Wednesday, August 31, 2011

Terrorism Has No Religion


A couple of days ago one of my readers passed on this video to me and it got me thinking about the  stereotyping of Muslims...being Native American myself I know all too well the game of stereotyping...Anyway here is her letter and my research follows...

Hello Ajarn Mike,
In memory of the tenth anniversary of 9/11, I would like to offer you and your readers of Kultūra a message of peace in a short video and a pledge of tolerance.
http://myfellowamerican.us

Here are some interesting statistics from the European Policing Organization...Europol

They say...


"Terrorism continues to have an impact on the lives of EU citizens -
in 2010, seven people died in the EU as a result of terrorist
attacks.  Islamist terrorists carried out three attacks on EU territory.
Separatist groups, on the other hand, were responsible
for 160 attacks, while left-wing and anarchist groups
were responsible for 45 attacks."


On p.7, the 2009 Europol report concludes:
Islamist terrorism is still perceived as being the biggest threat worldwide, despite the fact that the EU only faced one Islamist terrorist attack in 2008.  This bomb attack took place in the UK…Separatist terrorism remains the terrorism area which affects the EU most. This includes Basque separatist terrorism in Spain and France, and Corsican terrorism in France
More reports from previous years also tell the same story...
https://www.europol.europa.eu/latest_publications/2

The influential think tank the Rand Corporation has also commented on the imaginary threat of Muslim terrorism...

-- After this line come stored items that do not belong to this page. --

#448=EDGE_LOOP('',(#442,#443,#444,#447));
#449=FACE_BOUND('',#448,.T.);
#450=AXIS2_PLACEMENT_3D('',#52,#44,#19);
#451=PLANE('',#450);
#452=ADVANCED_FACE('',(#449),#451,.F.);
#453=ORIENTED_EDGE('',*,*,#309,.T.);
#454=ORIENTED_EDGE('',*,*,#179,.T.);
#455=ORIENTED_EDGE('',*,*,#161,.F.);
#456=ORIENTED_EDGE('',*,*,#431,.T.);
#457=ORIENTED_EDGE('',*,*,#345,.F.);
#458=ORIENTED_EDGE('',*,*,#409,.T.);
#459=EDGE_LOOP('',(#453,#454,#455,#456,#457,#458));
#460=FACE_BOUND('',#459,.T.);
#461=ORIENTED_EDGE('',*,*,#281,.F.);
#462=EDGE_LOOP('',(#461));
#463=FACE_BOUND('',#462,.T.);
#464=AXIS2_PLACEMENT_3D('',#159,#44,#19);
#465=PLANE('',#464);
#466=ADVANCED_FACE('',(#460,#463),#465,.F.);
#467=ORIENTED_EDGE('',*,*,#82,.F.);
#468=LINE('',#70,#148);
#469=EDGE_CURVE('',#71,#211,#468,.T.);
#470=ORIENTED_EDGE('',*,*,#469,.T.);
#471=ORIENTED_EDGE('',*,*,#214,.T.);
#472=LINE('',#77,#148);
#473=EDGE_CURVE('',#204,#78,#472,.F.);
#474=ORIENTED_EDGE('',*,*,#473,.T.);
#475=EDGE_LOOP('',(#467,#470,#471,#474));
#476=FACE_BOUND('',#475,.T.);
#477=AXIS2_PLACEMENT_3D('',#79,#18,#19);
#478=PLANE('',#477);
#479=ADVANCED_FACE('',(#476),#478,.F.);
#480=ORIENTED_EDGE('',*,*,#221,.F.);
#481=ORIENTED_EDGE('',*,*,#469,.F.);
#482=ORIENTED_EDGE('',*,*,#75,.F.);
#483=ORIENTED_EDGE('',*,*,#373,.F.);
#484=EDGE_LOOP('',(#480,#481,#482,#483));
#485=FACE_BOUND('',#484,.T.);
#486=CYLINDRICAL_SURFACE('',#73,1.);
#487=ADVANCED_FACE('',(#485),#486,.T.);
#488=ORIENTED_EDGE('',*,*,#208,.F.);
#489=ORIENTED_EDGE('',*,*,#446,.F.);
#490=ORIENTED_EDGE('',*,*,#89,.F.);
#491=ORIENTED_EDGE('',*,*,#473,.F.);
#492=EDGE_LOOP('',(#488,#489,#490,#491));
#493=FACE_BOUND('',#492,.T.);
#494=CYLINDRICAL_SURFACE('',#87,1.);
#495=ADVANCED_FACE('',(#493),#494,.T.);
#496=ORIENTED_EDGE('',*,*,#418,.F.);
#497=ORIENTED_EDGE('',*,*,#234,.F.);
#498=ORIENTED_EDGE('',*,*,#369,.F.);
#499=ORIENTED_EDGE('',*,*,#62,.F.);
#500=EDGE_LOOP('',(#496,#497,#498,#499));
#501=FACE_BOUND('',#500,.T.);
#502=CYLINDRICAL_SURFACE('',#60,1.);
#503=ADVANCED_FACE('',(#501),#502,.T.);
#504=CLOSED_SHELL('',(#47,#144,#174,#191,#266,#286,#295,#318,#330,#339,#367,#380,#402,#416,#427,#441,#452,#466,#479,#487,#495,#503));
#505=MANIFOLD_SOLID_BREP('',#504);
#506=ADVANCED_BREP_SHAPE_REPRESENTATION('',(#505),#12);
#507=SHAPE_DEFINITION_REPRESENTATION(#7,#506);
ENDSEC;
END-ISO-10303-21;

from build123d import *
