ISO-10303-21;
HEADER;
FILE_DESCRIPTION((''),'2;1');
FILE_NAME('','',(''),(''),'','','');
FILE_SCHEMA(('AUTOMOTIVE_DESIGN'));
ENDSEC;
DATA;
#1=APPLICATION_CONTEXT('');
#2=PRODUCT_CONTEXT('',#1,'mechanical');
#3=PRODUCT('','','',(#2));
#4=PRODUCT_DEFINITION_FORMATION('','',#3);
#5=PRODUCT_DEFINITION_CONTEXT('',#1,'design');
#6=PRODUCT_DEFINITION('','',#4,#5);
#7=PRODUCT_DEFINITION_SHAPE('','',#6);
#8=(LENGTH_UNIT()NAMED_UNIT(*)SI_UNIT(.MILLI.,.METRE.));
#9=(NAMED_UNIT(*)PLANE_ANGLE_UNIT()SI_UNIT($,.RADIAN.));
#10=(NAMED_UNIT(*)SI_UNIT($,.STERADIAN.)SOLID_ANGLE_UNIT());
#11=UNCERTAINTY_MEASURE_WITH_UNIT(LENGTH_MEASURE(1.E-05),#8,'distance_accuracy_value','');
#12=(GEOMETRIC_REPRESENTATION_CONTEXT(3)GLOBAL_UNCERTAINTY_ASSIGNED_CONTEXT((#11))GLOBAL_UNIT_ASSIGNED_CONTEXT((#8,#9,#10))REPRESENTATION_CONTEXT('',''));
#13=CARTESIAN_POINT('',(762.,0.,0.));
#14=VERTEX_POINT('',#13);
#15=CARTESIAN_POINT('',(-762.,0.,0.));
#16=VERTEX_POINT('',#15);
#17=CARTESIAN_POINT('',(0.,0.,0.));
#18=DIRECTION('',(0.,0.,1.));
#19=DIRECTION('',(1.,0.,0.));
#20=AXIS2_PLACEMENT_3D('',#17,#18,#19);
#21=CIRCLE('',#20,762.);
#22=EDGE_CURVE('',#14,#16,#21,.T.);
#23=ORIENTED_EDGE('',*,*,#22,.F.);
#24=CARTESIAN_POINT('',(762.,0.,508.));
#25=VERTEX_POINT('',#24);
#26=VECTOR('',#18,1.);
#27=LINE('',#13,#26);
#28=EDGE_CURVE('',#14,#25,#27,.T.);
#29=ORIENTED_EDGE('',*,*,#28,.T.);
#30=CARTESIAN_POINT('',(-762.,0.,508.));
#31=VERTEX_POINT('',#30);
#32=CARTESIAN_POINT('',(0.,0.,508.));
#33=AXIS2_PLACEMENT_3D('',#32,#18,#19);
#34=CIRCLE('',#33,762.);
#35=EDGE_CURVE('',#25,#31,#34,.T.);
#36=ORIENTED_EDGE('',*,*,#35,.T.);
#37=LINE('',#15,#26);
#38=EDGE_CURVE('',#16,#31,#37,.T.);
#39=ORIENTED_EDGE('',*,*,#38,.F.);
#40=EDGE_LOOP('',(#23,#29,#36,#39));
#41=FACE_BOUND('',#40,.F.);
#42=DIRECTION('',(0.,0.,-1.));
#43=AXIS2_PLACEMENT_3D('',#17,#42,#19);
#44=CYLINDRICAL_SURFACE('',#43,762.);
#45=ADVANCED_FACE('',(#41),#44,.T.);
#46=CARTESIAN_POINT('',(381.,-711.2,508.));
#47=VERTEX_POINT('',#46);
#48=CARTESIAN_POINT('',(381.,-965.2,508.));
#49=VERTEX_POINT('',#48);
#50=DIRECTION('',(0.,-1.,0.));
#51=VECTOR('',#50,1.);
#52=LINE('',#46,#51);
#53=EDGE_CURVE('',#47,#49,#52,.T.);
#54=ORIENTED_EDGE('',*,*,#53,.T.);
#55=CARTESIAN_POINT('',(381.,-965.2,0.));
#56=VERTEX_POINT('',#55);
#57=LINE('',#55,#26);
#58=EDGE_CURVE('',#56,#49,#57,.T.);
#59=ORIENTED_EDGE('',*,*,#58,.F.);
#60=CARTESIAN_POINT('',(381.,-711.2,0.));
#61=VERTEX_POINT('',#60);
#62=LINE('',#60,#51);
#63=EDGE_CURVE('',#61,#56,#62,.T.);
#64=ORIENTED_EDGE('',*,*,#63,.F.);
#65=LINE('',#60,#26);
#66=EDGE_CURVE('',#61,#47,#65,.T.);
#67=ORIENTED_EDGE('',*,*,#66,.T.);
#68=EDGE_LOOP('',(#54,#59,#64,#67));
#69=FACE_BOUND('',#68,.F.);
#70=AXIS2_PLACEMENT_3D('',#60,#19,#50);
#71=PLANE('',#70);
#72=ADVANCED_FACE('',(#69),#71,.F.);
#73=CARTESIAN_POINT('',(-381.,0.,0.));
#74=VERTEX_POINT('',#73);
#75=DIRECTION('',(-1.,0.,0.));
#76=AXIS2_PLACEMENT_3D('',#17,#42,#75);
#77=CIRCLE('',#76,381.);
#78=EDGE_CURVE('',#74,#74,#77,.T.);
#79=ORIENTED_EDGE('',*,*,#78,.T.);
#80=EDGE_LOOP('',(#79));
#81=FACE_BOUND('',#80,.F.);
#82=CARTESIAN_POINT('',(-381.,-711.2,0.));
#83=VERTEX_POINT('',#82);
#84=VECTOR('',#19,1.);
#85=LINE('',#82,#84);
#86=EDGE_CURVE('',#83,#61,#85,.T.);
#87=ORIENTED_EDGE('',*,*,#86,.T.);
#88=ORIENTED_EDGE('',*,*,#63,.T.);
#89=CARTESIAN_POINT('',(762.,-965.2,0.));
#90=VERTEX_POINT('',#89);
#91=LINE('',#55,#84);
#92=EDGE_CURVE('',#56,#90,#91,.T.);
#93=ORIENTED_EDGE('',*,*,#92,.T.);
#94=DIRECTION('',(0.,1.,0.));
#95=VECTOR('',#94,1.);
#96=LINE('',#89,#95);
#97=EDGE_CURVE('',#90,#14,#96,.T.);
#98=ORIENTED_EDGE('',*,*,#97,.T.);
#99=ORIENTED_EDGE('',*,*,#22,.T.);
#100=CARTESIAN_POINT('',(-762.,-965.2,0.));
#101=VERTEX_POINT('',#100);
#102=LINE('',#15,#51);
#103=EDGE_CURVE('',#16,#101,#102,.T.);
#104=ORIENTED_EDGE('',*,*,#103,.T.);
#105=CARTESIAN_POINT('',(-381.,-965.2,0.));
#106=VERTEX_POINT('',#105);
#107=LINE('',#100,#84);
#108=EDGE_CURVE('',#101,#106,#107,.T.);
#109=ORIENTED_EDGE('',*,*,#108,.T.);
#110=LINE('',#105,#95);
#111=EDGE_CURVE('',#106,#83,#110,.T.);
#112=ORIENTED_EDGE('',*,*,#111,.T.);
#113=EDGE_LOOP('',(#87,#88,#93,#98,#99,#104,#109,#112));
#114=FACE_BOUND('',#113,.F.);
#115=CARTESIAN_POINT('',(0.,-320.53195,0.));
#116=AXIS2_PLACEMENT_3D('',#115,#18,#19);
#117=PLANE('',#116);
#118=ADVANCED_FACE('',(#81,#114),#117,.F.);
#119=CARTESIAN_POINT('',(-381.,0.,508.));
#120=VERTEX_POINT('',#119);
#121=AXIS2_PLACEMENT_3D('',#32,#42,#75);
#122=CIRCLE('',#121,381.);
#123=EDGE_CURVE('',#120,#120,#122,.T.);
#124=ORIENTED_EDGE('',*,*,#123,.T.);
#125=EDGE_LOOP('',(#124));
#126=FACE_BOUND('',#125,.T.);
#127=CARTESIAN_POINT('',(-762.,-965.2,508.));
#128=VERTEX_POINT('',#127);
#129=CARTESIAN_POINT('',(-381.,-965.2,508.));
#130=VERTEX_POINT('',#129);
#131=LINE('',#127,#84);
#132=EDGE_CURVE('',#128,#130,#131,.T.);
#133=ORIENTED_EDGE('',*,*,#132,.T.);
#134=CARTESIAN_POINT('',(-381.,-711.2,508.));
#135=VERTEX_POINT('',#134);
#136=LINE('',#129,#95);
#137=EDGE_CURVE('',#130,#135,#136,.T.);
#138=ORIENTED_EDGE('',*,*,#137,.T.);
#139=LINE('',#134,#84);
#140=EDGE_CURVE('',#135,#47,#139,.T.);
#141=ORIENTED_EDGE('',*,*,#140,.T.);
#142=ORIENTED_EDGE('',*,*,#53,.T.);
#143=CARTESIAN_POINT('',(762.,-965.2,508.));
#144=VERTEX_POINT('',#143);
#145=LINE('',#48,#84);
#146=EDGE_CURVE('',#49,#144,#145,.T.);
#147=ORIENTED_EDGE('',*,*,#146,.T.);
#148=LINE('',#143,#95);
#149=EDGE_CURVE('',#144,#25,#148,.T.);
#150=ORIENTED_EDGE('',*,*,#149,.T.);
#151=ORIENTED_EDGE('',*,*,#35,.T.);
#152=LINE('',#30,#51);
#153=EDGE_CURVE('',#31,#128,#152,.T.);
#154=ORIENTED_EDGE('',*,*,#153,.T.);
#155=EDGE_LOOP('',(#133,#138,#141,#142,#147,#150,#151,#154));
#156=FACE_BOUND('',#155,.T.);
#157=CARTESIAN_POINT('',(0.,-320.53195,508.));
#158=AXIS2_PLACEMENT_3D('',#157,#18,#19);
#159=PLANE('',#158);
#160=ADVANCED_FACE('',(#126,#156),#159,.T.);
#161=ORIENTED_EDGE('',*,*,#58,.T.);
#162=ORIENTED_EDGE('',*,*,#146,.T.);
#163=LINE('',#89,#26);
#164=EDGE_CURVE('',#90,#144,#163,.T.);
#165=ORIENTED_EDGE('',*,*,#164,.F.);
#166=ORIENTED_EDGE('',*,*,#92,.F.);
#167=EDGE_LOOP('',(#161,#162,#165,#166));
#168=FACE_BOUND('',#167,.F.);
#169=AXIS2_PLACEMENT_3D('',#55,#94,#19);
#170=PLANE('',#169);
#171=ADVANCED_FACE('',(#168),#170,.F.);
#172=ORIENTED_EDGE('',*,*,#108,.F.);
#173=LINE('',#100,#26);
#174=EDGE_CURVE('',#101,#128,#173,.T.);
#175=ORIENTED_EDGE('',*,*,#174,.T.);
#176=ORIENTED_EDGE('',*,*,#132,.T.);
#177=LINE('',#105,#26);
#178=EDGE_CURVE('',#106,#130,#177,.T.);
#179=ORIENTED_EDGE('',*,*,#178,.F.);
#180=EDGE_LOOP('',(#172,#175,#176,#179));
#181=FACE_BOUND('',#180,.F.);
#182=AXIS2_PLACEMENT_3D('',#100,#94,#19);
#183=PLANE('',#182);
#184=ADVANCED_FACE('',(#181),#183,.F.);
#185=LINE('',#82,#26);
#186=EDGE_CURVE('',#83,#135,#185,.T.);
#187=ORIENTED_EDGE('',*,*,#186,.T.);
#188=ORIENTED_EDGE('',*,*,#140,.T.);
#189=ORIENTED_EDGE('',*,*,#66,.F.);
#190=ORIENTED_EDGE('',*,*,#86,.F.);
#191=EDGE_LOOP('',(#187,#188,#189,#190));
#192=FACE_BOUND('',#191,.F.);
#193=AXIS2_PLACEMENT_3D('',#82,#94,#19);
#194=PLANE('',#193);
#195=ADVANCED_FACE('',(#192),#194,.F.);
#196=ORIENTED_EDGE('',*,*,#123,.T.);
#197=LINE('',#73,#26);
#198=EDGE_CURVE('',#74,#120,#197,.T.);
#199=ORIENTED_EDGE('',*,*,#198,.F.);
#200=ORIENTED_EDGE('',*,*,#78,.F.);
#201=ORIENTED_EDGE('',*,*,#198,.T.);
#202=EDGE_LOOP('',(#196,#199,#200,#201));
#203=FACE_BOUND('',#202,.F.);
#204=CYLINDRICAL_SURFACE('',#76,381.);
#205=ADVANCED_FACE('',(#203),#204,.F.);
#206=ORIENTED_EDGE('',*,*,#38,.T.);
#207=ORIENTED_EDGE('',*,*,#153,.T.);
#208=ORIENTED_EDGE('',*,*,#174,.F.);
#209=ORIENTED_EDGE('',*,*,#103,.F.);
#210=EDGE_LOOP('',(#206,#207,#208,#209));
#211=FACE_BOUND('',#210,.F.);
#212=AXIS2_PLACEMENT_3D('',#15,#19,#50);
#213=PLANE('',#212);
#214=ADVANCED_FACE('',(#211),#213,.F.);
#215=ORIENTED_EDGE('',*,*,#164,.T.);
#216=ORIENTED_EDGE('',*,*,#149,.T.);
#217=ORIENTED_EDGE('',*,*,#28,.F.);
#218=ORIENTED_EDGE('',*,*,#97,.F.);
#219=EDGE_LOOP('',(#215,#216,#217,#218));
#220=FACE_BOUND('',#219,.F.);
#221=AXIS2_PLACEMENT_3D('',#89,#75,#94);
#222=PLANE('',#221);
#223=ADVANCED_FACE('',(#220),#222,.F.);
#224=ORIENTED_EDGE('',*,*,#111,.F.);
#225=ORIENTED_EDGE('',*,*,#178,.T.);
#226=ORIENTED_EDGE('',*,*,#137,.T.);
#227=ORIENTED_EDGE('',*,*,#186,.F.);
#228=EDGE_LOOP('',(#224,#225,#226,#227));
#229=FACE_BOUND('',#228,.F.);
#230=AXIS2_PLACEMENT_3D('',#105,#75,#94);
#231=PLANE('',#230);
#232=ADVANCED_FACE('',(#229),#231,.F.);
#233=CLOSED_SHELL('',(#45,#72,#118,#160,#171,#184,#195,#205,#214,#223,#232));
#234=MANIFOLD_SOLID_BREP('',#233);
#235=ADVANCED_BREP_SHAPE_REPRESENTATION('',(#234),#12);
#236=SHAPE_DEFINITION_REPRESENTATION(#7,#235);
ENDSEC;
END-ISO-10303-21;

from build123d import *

# Parameters (mm, degrees)
F1_DEPTH = 508


with BuildPart() as f1:
    # F0 (on Top) → F1 (new body)
    with BuildSketch(Plane.XY):
        with BuildLine():
            Line((762, 0), (381, 0))
            ThreePointArc((381, 0), (0, -381), (-381, 0))
            Line((-381, 0), (-762, 0))
            ThreePointArc((-762, 0), (-628.132779, -431.385225), (-273.566372, -711.2))
            Line((-273.566372, -711.2), (273.566372, -711.2))
            ThreePointArc((273.566372, -711.2), (628.132779, -431.385225), (762, 0))
        make_face()
        with BuildLine():
            ThreePointArc((-273.566372, -711.2), (-628.132779, -431.385225), (-762, 0))
            Line((-762, 0), (-762, -965.2))
            Line((-762, -965.2), (-381, -965.2))
            Line((-381, -965.2), (-381, -711.2))
            Line((-381, -711.2), (-273.566372, -711.2))
        make_face()
        with BuildLine():
            Line((762, -965.2), (762, 0))
            ThreePointArc((762, 0), (628.132779, -431.385225), (273.566372, -711.2))
            Line((273.566372, -711.2), (381, -711.2))
            Line((381, -711.2), (381, -965.2))
            Line((381, -965.2), (762, -965.2))
        make_face()
        with BuildLine():
            ThreePointArc((-381, 0), (0, 381), (381, 0))
            Line((381, 0), (762, 0))
            ThreePointArc((762, 0), (0, 762), (-762, 0))
            Line((-762, 0), (-381, 0))
        make_face()
    extrude(amount=F1_DEPTH)


solid = f1.part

"The scale of the September 11, 2001, attacks tended to obliterate America’s memory of pre-9/11 terrorism, yet measured by the number of terrorist attacks, the volume of domestic terrorist activity was much greater in the 1970s. That tumultuous decade saw 60 to 70 terrorist incidents, mostly bombings, on U.S. soil every year—a level of terrorist activity 15 to 20 times that seen in the years since 9/11, even when foiled plots are counted as incidents. And in the nine-year period from 1970 to 1978, 72 people died in terrorist incidents, more than five times the number killed by jihadist terrorists in the United States in the almost nine years since 9/11."

The contrast between the level of terrorist violence in the United States today and that in the 1970s is indicated in RAND’s chronology of terrorism, which records 83 terrorist attacks in the United States between 9/11 and the end of 2009, only three of which were clearly connected with the jihadist cause. (The RAND database includes Abdulmutallab’s failed Christmas Day attempt to detonate a bomb on an airplane.) The other jihadist plots were interrupted by authorities. In addition to the jihadist attacks, this total includes the anthrax letters sent in late 2001, which killed five people, as well as numerous low-level attacks by environmental extremists (38) and animal-rights fanatics (12), which account for most of the violence. In all, 24 people were killed between 9/11 and the end of 2009, including the 13 who died at Fort Hood.

And...

The number of [Jihadist] recruits is still tiny. There are more than 3 million Muslims in the United States, and few more than 100 have joined jihad—about one out of every 30,000—suggesting an American Muslim population that remains hostile to jihadist ideology and its exhortations to violence. A mistrust of American Muslims by other Americans seems misplaced…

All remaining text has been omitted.